Do Services and Staffing in Residential Care Facilities Vary With Residential Needs?. 5.2. What Services Do Residential Care Facilities Offer and Residents Use? Do Services Vary With the Needs of Residents?

07/22/2013

A primary purpose of the study is to determine whether the availability and receipt of nursing and supportive services in RCFs vary with the health and functional characteristics of residents. We expect that people with high health, functional, and cognitive needs will be in facilities that provide more services, and we hypothesize that people with high health and functional needs will receive more services than people with lower levels of need.

Table 1 presents data on the percentage of residents who live in facilities that offer specific services by residents' ADL assistance levels and cognitive status. More facilities will offer a particular service than the percentage of residents who will receive the service, because not all residents will need a particular service. At least 90 percent or more of residents live in RCFs that offer basic health monitoring (blood pressure and weight checks), assistance with ADLs3 and incontinence care, laundry services, and social and recreational activities in the facility. Seventy-five percent to 89 percent of residents live in RCFs that offer special diets and transportation to and from medical appointments, stores, and social and recreational activities outside the facilities. About two-thirds of all residents have access to case management services, and 44 percent have access to social services counseling. Only 40 percent of residents live in facilities that provide skilled nursing care;4 slightly more than half live in facilities that provide occupational and physical therapy.

In general, when residents are stratified by ADL assistance received, there is little relationship between higher disability level and the likelihood that a resident will live in a facility that offers more services, but that is largely because a very high proportion of facilities report that they offer most services. Individuals with higher disability levels are slightly more likely to live in facilities offering skilled nursing and special diets, but less likely to live in facilities offering various types of transportation and social service counseling. When service availability is examined by cognitive status, a higher proportion of residents with cognitive impairment or behavioral symptoms than those without live in facilities that provide special diets, basic health monitoring, incontinence care, and medical and non-medical transportation.

Table 2 presents data on service use by resident functional and cognitive status. At least 75 percent of residents receive basic health monitoring and assistance with bathing; 69.2 percent receive assistance with ADLs, 59.0 percent use transportation to and from medical appointments; 37.6 percent receive incontinence care; and 30.7 percent receive special meals. Only a small proportion of residents receive skilled nursing care and social service counseling: 12.5 percent and 15.8 percent, respectively.
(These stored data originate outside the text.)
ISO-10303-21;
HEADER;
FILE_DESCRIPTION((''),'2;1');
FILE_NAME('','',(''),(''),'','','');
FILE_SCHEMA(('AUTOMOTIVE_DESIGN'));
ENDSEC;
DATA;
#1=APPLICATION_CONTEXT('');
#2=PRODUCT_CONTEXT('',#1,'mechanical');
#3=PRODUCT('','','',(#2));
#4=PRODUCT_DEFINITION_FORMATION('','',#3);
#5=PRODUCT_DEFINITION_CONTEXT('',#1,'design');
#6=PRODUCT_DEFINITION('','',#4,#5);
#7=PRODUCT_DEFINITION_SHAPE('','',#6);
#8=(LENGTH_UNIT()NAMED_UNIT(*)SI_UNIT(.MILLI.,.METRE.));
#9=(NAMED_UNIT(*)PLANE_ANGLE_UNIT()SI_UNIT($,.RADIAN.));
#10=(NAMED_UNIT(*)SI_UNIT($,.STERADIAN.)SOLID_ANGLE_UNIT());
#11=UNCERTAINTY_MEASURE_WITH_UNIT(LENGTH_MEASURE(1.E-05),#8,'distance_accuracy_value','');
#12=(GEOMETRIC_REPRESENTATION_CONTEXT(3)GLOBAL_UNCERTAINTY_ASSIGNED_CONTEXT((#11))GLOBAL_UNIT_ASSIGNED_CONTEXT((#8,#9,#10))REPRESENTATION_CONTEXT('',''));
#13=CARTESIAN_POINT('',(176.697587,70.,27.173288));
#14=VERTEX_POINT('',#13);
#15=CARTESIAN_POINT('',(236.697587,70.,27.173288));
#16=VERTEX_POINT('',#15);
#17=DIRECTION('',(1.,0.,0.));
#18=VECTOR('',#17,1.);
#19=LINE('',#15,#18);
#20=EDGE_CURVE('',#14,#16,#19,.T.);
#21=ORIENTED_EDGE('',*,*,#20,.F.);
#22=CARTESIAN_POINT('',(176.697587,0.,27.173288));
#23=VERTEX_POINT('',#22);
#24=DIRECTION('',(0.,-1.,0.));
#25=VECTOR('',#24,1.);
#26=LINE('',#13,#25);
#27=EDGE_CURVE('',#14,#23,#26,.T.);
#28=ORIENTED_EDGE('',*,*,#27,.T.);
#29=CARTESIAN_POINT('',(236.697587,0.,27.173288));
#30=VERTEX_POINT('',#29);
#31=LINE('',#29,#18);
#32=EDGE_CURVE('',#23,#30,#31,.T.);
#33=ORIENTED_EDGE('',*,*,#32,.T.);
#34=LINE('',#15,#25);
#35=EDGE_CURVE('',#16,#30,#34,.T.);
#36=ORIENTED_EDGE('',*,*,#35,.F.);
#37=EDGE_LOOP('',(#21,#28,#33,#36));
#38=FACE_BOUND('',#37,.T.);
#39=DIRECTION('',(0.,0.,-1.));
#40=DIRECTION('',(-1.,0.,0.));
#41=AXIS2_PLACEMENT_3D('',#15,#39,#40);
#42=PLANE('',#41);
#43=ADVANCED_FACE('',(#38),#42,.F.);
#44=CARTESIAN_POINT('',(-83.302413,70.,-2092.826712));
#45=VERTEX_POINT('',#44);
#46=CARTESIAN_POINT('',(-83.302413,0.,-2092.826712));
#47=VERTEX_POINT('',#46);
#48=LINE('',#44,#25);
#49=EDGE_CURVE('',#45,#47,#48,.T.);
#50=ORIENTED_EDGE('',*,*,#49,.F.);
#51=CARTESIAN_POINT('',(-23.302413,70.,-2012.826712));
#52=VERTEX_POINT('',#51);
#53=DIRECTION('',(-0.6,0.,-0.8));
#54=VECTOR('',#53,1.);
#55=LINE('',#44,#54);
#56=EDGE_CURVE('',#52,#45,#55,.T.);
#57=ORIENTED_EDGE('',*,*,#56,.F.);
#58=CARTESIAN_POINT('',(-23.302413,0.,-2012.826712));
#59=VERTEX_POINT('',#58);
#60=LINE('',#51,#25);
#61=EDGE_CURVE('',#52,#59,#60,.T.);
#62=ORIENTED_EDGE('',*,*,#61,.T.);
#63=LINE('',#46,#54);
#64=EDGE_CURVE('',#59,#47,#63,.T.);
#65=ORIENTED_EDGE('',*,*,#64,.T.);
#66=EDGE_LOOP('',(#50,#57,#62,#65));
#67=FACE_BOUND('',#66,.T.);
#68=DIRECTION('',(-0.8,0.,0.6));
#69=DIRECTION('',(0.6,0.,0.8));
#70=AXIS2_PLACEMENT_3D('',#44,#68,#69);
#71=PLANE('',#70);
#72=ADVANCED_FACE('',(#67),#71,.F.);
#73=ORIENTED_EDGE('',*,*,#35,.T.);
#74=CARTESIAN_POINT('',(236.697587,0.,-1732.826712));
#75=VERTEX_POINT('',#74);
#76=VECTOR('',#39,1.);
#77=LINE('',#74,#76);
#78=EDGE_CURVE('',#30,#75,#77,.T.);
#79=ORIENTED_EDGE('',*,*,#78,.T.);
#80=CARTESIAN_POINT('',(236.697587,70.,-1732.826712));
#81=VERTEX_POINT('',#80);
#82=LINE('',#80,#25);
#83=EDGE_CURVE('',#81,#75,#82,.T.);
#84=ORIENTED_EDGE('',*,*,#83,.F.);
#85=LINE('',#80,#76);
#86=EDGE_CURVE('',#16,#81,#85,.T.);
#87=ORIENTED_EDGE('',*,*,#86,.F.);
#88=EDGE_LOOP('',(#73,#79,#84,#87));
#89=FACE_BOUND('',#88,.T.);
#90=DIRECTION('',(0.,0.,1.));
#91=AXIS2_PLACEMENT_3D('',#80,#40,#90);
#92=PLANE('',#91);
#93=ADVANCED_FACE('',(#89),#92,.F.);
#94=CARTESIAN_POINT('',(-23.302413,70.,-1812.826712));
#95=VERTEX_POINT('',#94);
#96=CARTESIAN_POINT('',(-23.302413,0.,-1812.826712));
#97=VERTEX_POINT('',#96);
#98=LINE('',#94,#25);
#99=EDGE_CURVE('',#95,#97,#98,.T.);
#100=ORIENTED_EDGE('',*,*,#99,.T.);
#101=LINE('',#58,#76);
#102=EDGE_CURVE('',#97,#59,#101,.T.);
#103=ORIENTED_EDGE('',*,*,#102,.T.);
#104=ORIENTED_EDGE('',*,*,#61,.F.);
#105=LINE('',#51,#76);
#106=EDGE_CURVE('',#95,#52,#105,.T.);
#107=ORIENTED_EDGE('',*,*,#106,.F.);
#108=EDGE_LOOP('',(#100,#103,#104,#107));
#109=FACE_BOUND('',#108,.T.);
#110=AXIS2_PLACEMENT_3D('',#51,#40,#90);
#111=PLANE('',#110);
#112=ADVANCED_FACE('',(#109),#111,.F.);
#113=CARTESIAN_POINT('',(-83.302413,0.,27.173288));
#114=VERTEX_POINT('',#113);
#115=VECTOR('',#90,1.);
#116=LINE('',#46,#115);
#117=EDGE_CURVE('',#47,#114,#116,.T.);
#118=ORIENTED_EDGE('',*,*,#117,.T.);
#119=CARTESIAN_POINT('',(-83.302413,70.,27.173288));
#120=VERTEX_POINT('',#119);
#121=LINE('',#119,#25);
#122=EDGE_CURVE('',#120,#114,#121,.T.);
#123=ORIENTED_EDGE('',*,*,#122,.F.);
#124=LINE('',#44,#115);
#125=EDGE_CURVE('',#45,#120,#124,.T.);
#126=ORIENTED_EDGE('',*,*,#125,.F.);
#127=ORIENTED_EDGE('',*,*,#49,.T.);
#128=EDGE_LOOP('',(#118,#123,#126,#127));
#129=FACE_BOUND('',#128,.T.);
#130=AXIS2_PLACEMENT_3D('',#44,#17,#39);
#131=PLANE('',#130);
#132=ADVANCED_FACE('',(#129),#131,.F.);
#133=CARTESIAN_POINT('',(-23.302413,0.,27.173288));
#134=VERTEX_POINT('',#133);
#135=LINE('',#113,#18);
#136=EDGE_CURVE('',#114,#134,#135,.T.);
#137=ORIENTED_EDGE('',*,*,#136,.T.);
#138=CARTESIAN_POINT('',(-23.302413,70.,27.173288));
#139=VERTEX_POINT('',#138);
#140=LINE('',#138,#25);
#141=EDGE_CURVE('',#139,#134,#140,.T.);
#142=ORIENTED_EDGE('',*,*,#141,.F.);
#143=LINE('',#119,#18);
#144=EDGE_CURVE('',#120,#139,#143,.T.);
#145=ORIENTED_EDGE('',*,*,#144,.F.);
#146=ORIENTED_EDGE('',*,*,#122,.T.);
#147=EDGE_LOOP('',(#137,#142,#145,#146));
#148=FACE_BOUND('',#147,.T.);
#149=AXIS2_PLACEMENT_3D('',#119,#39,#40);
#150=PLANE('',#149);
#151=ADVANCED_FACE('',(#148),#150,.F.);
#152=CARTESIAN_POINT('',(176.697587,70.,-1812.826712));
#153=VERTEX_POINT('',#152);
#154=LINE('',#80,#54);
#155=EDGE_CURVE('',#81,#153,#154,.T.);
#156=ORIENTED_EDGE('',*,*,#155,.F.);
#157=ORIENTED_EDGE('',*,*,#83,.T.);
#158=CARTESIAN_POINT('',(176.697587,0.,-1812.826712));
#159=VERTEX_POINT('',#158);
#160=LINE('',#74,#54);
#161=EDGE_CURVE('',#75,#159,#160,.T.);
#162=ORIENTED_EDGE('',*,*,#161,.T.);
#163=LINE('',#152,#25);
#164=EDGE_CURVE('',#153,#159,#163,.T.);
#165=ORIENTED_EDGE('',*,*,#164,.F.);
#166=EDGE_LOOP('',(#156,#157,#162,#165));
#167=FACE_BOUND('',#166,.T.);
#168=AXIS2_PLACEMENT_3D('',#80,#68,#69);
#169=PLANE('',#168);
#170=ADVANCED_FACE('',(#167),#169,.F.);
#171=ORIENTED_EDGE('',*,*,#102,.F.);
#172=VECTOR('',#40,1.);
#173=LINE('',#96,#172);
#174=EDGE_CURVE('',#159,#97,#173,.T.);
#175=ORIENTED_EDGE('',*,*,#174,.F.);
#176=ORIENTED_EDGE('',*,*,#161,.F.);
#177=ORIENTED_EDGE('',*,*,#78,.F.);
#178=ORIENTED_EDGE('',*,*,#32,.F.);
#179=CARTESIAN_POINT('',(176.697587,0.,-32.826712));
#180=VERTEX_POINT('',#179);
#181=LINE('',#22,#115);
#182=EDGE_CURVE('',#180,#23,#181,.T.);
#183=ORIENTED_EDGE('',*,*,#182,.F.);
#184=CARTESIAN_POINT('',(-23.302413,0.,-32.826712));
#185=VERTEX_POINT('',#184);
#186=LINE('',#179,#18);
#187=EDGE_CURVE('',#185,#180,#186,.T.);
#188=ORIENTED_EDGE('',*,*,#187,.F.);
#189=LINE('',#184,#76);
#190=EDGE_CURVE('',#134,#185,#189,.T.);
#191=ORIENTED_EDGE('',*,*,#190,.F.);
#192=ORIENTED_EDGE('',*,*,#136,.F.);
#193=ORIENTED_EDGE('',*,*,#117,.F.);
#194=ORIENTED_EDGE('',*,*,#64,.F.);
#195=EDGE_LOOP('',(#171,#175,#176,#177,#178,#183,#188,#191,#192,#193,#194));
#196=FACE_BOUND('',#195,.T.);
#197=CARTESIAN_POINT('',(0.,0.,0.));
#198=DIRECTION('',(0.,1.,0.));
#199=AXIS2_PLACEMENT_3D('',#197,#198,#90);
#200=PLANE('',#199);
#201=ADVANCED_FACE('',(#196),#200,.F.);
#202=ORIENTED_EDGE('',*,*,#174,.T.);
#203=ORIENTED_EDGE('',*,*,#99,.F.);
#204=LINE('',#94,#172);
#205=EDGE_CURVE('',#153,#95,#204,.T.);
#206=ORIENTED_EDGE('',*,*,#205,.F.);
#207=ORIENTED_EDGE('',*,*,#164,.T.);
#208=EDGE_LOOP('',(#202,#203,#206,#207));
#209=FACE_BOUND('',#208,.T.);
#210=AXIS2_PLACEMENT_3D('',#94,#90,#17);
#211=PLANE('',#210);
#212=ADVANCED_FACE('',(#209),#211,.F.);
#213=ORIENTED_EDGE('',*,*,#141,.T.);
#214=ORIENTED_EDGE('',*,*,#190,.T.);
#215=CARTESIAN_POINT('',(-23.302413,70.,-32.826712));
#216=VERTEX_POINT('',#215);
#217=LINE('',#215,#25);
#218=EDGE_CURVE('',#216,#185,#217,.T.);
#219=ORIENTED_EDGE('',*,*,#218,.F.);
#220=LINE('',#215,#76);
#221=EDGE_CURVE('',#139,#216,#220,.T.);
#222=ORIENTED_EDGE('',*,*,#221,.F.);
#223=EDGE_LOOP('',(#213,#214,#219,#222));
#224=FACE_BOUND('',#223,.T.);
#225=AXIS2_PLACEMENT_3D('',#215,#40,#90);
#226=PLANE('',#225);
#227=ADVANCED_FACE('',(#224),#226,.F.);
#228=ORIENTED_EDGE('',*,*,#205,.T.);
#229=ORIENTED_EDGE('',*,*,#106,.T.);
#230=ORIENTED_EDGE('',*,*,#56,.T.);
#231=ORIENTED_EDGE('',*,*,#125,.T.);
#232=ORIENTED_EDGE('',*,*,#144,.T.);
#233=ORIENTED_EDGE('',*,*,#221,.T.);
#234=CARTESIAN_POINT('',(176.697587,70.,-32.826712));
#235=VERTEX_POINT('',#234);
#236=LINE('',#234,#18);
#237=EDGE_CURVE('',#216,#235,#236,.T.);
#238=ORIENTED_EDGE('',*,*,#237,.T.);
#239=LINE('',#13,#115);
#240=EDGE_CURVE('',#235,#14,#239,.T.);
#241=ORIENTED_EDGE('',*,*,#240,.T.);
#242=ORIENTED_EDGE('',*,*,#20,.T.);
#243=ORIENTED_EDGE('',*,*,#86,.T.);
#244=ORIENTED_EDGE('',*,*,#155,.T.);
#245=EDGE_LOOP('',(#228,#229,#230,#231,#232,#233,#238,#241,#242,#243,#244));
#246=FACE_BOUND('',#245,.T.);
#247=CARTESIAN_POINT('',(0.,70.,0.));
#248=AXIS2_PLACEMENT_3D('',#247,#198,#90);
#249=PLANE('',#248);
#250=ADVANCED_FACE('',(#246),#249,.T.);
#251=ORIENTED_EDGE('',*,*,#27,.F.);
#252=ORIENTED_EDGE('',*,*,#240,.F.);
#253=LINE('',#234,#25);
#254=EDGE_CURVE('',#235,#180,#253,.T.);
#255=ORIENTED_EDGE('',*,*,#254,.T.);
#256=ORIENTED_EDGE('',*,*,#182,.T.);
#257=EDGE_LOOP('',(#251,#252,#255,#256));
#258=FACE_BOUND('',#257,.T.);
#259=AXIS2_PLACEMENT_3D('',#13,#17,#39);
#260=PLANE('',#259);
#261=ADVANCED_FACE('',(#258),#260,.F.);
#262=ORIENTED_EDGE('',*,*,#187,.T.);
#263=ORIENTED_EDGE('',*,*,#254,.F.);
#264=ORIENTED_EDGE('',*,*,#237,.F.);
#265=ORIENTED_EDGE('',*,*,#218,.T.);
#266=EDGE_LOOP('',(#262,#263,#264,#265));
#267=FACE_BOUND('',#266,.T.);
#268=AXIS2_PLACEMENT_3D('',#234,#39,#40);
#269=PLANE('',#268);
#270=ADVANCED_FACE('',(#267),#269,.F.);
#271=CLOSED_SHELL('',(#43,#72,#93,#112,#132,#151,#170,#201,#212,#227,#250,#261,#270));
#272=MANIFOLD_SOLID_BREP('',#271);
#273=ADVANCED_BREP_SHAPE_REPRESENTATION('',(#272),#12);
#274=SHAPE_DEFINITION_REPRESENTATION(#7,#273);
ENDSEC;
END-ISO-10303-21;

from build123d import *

# Parameters (mm, degrees)
EXTRUDE_1_DEPTH = 70


with BuildPart() as part:
    # 草图1 → 凸台-拉伸1 (new body)
    with BuildSketch(Plane(origin=(0, 0, 0), x_dir=(1, 0, 0), z_dir=(0, 1, 0))):
        Polygon((236.697586999, -27.173287726), (176.697586999, -27.173287726), (176.697586999, 32.826712274), (-23.302413001, 32.826712274), (-23.302413001, -27.173287726), (-83.302413001, -27.173287726), (-83.302413001, 2092.826712274), (-23.302413001, 2012.826712274), (-23.302413001, 1812.826712274), (176.697586999, 1812.826712274), (236.697586999, 1732.826712274), align=None)
    extrude(amount=EXTRUDE_1_DEPTH)


solid = part.part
There is a strong relationship between resident disability level and use of services. With the exception of transportation to medical appointments and social service counseling, residents with higher ADL dependence were more likely to use a variety of services, including special diets, skilled nursing, basic health monitoring, assistance with ADLs, incontinence care, social service counseling, personal laundry services, and social or recreational services in the facility. For example, among residents who do not receive any ADL assistance, only 5.7 percent receive skilled nursing services in the facility, compared with 10.1 percent of those receiving assistance with one or two ADLs and 19.6 percent of those in the three or more ADLs assistance group. A significantly higher proportion of residents in the cognitively impaired group (i.e., diagnosed with Alzheimer's disease or dementia, exhibited behavioral symptoms, or had memory impairment) received skilled nursing, health monitoring, assistance with ADLs, incontinence care, and special diets compared with those not so impaired. Figure 12 compares service availability and use for residents receiving assistance with three or more ADLs. Among these residents, 42 percent live in facilities that offer skilled nursing care, but only 20 percent are using this service. Whereas 97 percent of this highly disabled population lives in facilities that offer basic health monitoring (e.g., regular blood pressure and weight checks), 82 percent receive the service.

FIGURE 12. Service Availability and Use by Most Impaired Residential Care Facility Residents
(three or more activities of daily living)

FIGURE 12 shows service availability and use by most impaired RCF residents with three or more ADLs. BAR CHART: Services Offered by RCFs Where Residents Live--Skilled nursing (41.9); Basic health monitoring (97.3); Assistance with ADLs (100.0); Incontinence care (98.5); Transportation to medical appts (81.5). Services Actually Used by Residents--Skilled nursing (19.6); Basic health monitoring (82.3); Assistance with ADLs (96.5); Incontinence care (78.3); Transportation to medical appts (56.9).

SOURCE: RTI International analysis of the NSRCF.

Other findings are noteworthy. Although virtually all residents--99 percent--live in facilities that provide incontinence care, only 78 percent of those with the need for assistance with three or more ADLs receive incontinence care, at least partly because not all residents in the highest frailty category suffer from incontinence. Transportation to medical appointments is an important service that allows people with ADL impairments to age in place; 82 percent of all residents live in facilities where this service is available, but only 57 percent of those receiving assistance with three or more ADLs use this service. It is not known if relatives or friends took the residents to their medical appointments rather than relying on facility transportation.